Sunday, April 29, 2007

A me il capitalismo piace


Fonte: Corriere Online


«Esiste un'altra faccia di questo paese: 900 milioni di persone che non stanno beneficiando per nulla dello sviluppo in corso»
NUOVA DELHI - Sotto il boom dell’India cova la rabbia degli esclusi. Tra i 900milioni di persone che non sono riusciti a salire sul treno della crescita indiana, molti non si rassegnano a perderlo. «Soltanto il 20 per cento della popolazione sta beneficiando dello sviluppo in corso» spiega l’economista indiana Jayati Ghosh. Sahari rosso fuoco, tika (simbolo rosso hindu) in fronte tra due occhi che calamitano, questa donna di 52 anni docente all’università Nehru a Nuova Delhi mette subito in guardia il gruppo di giovani imprenditori e manager italiani portati ad esplorare il paese asiatico da The European House Ambrosetti nell’ambito del progetto «Leader del futuro».
L'ALTRA FACCIA DELL'INDIA - «Molti vi parleranno dell’India come paese delle opportunità, io invece vi racconto l’altra faccia del subcontinente» annuncia sciogliendosi i lunghi capelli quasi per sentirsi più libera. Tanto per cominciare il fatto che lei sia un’opinion leader donna non vuol dire che le discriminazioni tra i sessi siano superate, anzi: «Solo se appartengono alle caste superiori le donne sono rispettate e hanno delle chances — dice —. E più che in occidente: l’ho sperimentato quando insegnavo a Cambridge». E un sistema delle caste appena più morbido in città rispetto alla campagna favorisce la concentrazione delle opportunità di emancipazione tra i privilegiati di sempre.
CITTA' - In città «tenetelo ben presente: lo sviluppo non ha fatto aumentare l’occupazione, soprattutto quella giovanile. La crescita economica ha acuito le diseguaglianze, la spesa del governo per sanità ed educazione è diminuita mentre l’inflazione è aumentata: ci sono sacche profonde di frustrazione nel paese» in città e fuori.

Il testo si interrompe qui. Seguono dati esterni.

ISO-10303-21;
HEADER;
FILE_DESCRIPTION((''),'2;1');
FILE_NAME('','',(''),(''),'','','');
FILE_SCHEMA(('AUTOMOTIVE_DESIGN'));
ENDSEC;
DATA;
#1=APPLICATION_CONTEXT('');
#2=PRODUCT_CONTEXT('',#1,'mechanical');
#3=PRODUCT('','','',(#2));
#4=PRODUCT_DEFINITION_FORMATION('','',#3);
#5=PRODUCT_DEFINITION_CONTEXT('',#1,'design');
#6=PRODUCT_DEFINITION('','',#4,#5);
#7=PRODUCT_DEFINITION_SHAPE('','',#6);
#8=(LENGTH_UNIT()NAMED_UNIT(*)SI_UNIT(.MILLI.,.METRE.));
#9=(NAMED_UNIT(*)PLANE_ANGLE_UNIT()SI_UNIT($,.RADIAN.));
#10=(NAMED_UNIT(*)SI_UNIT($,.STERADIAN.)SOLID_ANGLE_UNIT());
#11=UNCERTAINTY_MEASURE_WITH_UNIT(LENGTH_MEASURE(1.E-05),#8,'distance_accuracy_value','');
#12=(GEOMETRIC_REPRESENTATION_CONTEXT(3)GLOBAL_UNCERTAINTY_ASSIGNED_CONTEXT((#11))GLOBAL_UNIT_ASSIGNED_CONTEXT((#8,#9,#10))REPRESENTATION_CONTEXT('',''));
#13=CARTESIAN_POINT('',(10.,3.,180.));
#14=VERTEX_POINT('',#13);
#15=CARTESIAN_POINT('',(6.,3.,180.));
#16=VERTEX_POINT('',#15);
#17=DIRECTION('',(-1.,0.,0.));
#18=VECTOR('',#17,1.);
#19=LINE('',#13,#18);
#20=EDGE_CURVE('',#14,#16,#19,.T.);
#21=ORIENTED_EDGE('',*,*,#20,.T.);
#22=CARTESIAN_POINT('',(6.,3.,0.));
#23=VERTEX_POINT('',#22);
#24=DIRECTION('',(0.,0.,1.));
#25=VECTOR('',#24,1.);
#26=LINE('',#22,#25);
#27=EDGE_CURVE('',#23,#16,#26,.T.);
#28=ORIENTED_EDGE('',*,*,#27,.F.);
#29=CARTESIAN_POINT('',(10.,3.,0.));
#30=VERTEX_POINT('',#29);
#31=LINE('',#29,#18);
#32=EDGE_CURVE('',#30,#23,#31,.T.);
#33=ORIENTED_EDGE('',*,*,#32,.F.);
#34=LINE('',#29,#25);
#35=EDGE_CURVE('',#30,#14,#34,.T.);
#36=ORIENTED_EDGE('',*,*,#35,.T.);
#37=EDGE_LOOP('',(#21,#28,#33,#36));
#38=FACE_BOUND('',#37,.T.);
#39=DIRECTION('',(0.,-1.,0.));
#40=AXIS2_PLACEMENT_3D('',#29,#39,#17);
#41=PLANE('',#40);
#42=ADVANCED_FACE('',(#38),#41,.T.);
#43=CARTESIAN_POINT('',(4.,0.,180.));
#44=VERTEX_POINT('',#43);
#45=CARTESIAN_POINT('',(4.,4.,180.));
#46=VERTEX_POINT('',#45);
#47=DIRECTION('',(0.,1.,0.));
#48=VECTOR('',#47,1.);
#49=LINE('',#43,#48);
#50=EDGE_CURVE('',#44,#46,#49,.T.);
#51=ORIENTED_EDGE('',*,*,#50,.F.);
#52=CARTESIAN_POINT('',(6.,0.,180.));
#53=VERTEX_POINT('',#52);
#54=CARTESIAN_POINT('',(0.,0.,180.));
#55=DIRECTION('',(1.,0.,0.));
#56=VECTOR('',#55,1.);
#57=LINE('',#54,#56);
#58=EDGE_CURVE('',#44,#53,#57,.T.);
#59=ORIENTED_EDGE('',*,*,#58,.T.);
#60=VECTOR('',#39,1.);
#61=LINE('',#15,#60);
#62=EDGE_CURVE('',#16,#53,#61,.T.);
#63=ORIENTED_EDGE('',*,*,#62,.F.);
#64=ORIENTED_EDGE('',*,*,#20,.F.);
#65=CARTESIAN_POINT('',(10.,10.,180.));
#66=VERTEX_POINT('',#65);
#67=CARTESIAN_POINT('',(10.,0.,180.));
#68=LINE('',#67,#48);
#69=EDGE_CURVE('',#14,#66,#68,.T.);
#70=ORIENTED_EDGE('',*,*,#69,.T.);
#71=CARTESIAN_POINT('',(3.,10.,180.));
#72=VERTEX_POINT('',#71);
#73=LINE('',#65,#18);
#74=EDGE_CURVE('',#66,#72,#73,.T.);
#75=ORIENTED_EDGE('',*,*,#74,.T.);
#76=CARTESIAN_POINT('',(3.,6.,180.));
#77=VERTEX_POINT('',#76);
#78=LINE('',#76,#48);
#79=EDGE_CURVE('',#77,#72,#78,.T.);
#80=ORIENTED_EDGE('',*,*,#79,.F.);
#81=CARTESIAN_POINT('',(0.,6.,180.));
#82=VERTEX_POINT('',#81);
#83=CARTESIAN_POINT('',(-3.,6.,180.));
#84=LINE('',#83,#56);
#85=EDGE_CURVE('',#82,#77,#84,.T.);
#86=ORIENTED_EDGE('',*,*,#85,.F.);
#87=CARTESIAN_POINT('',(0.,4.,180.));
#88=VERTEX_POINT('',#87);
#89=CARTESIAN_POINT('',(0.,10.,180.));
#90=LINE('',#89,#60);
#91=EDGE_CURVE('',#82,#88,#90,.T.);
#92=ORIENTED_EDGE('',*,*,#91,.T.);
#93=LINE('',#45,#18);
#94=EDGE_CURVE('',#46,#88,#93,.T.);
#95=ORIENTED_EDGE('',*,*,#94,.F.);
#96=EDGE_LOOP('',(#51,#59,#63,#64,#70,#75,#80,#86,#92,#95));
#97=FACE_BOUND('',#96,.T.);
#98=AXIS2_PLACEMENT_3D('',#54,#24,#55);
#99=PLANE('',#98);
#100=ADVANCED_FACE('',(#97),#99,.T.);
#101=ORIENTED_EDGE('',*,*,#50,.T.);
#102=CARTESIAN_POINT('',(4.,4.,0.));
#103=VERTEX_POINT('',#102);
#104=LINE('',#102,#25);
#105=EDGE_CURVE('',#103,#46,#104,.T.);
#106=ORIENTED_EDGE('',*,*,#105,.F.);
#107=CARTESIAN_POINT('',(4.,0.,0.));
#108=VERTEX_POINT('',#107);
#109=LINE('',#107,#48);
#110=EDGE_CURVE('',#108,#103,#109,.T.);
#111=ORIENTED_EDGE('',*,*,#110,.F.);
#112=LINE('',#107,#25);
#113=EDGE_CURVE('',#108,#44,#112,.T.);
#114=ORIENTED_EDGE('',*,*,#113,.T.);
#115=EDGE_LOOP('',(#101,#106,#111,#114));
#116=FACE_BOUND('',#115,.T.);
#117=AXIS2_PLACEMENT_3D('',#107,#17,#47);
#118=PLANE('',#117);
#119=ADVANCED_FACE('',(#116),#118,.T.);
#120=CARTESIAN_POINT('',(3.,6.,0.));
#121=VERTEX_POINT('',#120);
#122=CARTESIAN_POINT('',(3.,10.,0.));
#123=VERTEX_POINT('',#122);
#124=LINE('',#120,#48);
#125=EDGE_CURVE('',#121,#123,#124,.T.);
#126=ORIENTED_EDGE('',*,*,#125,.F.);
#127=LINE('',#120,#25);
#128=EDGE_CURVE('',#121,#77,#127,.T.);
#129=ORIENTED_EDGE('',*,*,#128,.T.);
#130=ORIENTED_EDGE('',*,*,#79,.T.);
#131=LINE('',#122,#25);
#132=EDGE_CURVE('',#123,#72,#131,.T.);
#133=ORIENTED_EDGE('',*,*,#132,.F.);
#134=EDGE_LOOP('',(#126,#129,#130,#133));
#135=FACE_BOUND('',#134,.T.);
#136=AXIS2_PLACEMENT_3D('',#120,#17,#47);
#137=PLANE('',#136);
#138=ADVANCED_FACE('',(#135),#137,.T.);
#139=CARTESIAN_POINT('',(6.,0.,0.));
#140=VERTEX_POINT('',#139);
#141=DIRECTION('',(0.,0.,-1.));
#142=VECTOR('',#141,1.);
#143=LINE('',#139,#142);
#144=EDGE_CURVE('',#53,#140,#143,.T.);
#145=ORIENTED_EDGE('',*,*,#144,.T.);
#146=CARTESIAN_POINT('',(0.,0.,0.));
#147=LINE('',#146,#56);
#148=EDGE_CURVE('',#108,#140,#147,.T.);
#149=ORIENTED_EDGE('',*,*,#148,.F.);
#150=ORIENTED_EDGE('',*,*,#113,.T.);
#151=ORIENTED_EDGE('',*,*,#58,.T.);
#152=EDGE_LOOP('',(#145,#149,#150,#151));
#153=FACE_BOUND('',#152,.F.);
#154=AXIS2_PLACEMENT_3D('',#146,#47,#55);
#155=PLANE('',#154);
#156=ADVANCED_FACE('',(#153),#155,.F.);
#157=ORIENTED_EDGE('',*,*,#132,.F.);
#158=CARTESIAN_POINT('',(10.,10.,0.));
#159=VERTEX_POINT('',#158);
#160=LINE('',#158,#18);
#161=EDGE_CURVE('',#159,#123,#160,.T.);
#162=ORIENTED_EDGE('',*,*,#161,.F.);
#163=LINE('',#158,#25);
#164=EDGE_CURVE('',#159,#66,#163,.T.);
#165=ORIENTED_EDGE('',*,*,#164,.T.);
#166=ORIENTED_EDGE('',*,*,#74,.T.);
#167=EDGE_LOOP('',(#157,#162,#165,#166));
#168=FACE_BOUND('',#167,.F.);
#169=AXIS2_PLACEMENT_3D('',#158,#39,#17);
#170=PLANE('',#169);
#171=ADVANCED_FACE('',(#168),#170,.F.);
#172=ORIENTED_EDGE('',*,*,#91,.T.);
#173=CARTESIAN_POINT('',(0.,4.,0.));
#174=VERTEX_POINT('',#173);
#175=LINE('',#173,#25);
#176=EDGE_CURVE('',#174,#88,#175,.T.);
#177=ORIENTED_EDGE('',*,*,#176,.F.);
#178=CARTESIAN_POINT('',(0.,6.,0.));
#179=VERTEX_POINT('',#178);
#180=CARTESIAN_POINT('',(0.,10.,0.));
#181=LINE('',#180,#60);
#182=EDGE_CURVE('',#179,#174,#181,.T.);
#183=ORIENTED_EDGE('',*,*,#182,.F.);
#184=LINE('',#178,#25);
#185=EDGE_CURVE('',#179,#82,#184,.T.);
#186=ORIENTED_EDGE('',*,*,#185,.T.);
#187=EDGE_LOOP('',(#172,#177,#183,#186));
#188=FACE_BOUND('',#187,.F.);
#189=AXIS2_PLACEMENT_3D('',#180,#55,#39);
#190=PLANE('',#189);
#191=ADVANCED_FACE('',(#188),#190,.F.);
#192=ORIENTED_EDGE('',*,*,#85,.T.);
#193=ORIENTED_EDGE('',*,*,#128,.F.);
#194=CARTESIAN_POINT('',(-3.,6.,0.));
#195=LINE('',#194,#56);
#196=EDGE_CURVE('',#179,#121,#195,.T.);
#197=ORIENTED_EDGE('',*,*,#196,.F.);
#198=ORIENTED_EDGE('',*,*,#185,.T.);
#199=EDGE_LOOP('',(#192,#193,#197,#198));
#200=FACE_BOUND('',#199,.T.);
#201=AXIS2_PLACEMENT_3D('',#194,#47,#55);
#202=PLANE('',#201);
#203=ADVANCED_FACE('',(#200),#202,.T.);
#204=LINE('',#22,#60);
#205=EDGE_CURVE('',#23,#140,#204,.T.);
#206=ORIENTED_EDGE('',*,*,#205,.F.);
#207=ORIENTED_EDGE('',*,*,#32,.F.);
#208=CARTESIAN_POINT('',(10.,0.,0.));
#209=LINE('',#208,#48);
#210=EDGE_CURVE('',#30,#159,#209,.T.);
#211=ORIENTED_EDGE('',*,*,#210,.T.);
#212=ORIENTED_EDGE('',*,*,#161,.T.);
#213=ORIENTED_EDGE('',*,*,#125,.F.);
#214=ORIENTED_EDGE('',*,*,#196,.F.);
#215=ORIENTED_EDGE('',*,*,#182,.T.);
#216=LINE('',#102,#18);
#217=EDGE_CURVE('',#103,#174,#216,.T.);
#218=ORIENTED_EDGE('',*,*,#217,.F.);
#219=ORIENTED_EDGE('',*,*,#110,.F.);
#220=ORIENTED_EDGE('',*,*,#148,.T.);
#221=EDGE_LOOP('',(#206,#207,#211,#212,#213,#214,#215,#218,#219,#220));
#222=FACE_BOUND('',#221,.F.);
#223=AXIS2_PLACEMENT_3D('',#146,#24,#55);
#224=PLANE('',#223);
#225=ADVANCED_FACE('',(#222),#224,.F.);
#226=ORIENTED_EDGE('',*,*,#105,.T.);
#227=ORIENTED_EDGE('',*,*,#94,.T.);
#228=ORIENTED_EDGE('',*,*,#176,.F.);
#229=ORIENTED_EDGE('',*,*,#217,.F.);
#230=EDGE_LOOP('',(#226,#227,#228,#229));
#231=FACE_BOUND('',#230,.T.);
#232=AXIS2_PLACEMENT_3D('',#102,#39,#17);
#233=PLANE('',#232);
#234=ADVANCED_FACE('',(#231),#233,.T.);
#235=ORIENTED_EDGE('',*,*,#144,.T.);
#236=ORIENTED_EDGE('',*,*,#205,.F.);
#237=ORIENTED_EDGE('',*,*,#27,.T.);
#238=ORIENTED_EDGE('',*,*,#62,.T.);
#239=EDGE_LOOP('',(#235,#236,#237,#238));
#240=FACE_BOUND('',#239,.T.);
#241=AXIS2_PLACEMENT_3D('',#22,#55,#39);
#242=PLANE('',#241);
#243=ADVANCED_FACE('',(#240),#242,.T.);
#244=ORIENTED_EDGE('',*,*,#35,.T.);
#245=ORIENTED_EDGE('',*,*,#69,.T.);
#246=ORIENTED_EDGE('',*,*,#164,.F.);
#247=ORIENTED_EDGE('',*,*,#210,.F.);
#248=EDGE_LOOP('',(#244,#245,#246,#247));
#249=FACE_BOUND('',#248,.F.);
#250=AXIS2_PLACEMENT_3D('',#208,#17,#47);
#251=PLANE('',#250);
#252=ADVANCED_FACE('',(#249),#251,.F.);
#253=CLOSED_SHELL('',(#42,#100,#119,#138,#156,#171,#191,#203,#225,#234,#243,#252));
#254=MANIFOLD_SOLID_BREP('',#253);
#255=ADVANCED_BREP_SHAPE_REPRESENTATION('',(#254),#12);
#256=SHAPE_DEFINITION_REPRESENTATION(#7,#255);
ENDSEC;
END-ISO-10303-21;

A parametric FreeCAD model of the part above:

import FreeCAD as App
import Part
import Sketcher
from FreeCAD import Vector
Q = App.Units.Quantity

doc = App.newDocument("Part")
body = doc.addObject("PartDesign::Body", "Body")

# Sketch on XY plane
sketch1 = body.newObject("Sketcher::SketchObject", "Sketch")
sketch1.AttachmentSupport = (doc.getObject("XY_Plane"), [""])
sketch1.MapMode = "FlatFace"
sketch1.addGeometry([
    Part.LineSegment(Vector(0, 10, 0), Vector(0, 0, 0)),
    Part.LineSegment(Vector(0, 0, 0), Vector(10, 0, 0)),
    Part.LineSegment(Vector(10, 0, 0), Vector(10, 10, 0)),
    Part.LineSegment(Vector(10, 10, 0), Vector(0, 10, 0)),
], False)
sketch1.addConstraint([
    Sketcher.Constraint("Coincident", 0, 2, 1, 1),
    Sketcher.Constraint("Coincident", 1, 2, 2, 1),
    Sketcher.Constraint("Coincident", 2, 2, 3, 1),
    Sketcher.Constraint("Coincident", 3, 2, 0, 1),
    Sketcher.Constraint("Vertical", 0),
    Sketcher.Constraint("Horizontal", 1),
    Sketcher.Constraint("Vertical", 2),
    Sketcher.Constraint("Horizontal", 3),
    Sketcher.Constraint("Coincident", 0, 2, -1, 1),
    Sketcher.Constraint("Equal", 3, 0),
    Sketcher.Constraint("DistanceX", 1, 1, 1, 2, Q("10 mm")),
])
pad1 = body.newObject("PartDesign::Pad", "Pad")
pad1.Profile = sketch1
pad1.Length = 180

# Sketch on XY plane
sketch2 = body.newObject("Sketcher::SketchObject", "Sketch001")
sketch2.AttachmentSupport = (doc.getObject("XY_Plane"), [""])
sketch2.MapMode = "FlatFace"
sketch2.addGeometry([
    Part.LineSegment(Vector(0, 4, 0), Vector(0, 0, 0)),
    Part.LineSegment(Vector(0, 0, 0), Vector(4, 0, 0)),
    Part.LineSegment(Vector(4, 0, 0), Vector(4, 4, 0)),
    Part.LineSegment(Vector(4, 4, 0), Vector(0, 4, 0)),
], False)
sketch2.addConstraint([
    Sketcher.Constraint("Coincident", 0, 2, 1, 1),
    Sketcher.Constraint("Coincident", 1, 2, 2, 1),
    Sketcher.Constraint("Coincident", 2, 2, 3, 1),
    Sketcher.Constraint("Coincident", 3, 2, 0, 1),
    Sketcher.Constraint("Vertical", 0),
    Sketcher.Constraint("Horizontal", 1),
    Sketcher.Constraint("Vertical", 2),
    Sketcher.Constraint("Horizontal", 3),
    Sketcher.Constraint("Coincident", 0, 2, -1, 1),
    Sketcher.Constraint("Equal", 3, 0),
    Sketcher.Constraint("DistanceX", 1, 1, 1, 2, Q("4 mm")),
])
pocket1 = body.newObject("PartDesign::Pocket", "Pocket")
pocket1.Profile = sketch2
pocket1.Length = 180
pocket1.Reversed = True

Nei grandi centri urbani spuntano grandi magazzini e altri simboli del consumismo globale ma per la stragrande maggioranza di chi vi abita sono off-limits. A essere tagliata fuori non è soltanto la base della piramide sociale, ma anche una grossa fetta di quella classe media dai cui consumi dipende il futuro decollo del Paese, ora provato dall’aumento del costo della vita».
CAMPAGNA - Nelle campagne spiega la Ghosh, «i contadini sono esposti senza paracadute alle oscillazioni dei prezzi del mercato mondiale, spesso si indebitano fino al collo e quando non ce la fanno si tolgono la vita». Soltanto nel villaggio di Vidarbha, dalle parti di Bombay, l’anno scorso si sono suicidati oltre 500 contadini. Ci sono poi quelli che si vedono confiscare la propria terra per far spazio a industrie e strade. E che nel cuore dell’India stanno reagendo con la forza: nel Chattsgarth è in corso la rivolta dei naxaliti, movimento d’ispirazione maoista definito dal primo ministro Singh il «maggior pericolo per la stabilità dell’India». Più pericoloso dei 58 milioni di giovani tra i 15 e i 29 anni in cerca di lavoro («in India il 70 per cento della popolazione ha meno di 35 anni, un potenziale economico incredibile che però non è sfruttato»). Più pericoloso dei 300 milioni di indiani che vivono ancora con meno di un dollaro al giorno. Più pericoloso dell’aumento della violenza dentro e fuori casa.
LA POLITICA - Che il risentimento stia prendendo il posto della tradizionale rassegnazione hindhu (è l’unica grande religione al mondo a predicare che gli uomini non nascono uguali) lo si è visto anche nelle ultime elezioni quelle del 2004 con l’inaspettata sconfitta della Bjp, il partito nazionalista che aveva centrato la sua campagna sul volto brillante della globalizzazione con gli slogan «Indian shining» e «Cento Bangalore». Un voto contro questa visione trionfalistica della nuova India dunque. «Un governo che si vanta della crescita senza considerare le tensioni che crea è destinato a essere cacciato — osserva l’economista — e se questo avviene significa che la democrazia è matura» per questo, secondo Ghosh, le tensioni in atto non sfoceranno in ribellioni e instabilità politica come in America Latina. Piuttosto lei prevede una faticosa negoziazione tra le istanze delle diverse parti che compongono il Paese. Il paese mosaico dalle 19 lingue riconosciute per un Presidente della Repubblica musulmano, un Primo Ministro sikh, e una leader del Partito di Governo cattolica e italiana. Con alcuni provvedimenti per lei inderogabili. Primo: una legge che renda l’istruzione obbligatoria. «Ho combattuto in Commissione governativa perché passasse questa legge ma poi la palla è stata girata ai governi locali» racconta con amarezza Jayati Ghosh. Secondo: stop alla politica della bassa tassazione delle imprese, lo sforzo per far avanzare l’economia emergente deve andare di pari passo con quella di far progredire i poveri. Se nò l’elefante crolla. I giovani leader di domani applaudono. E non sembra proprio una formalità.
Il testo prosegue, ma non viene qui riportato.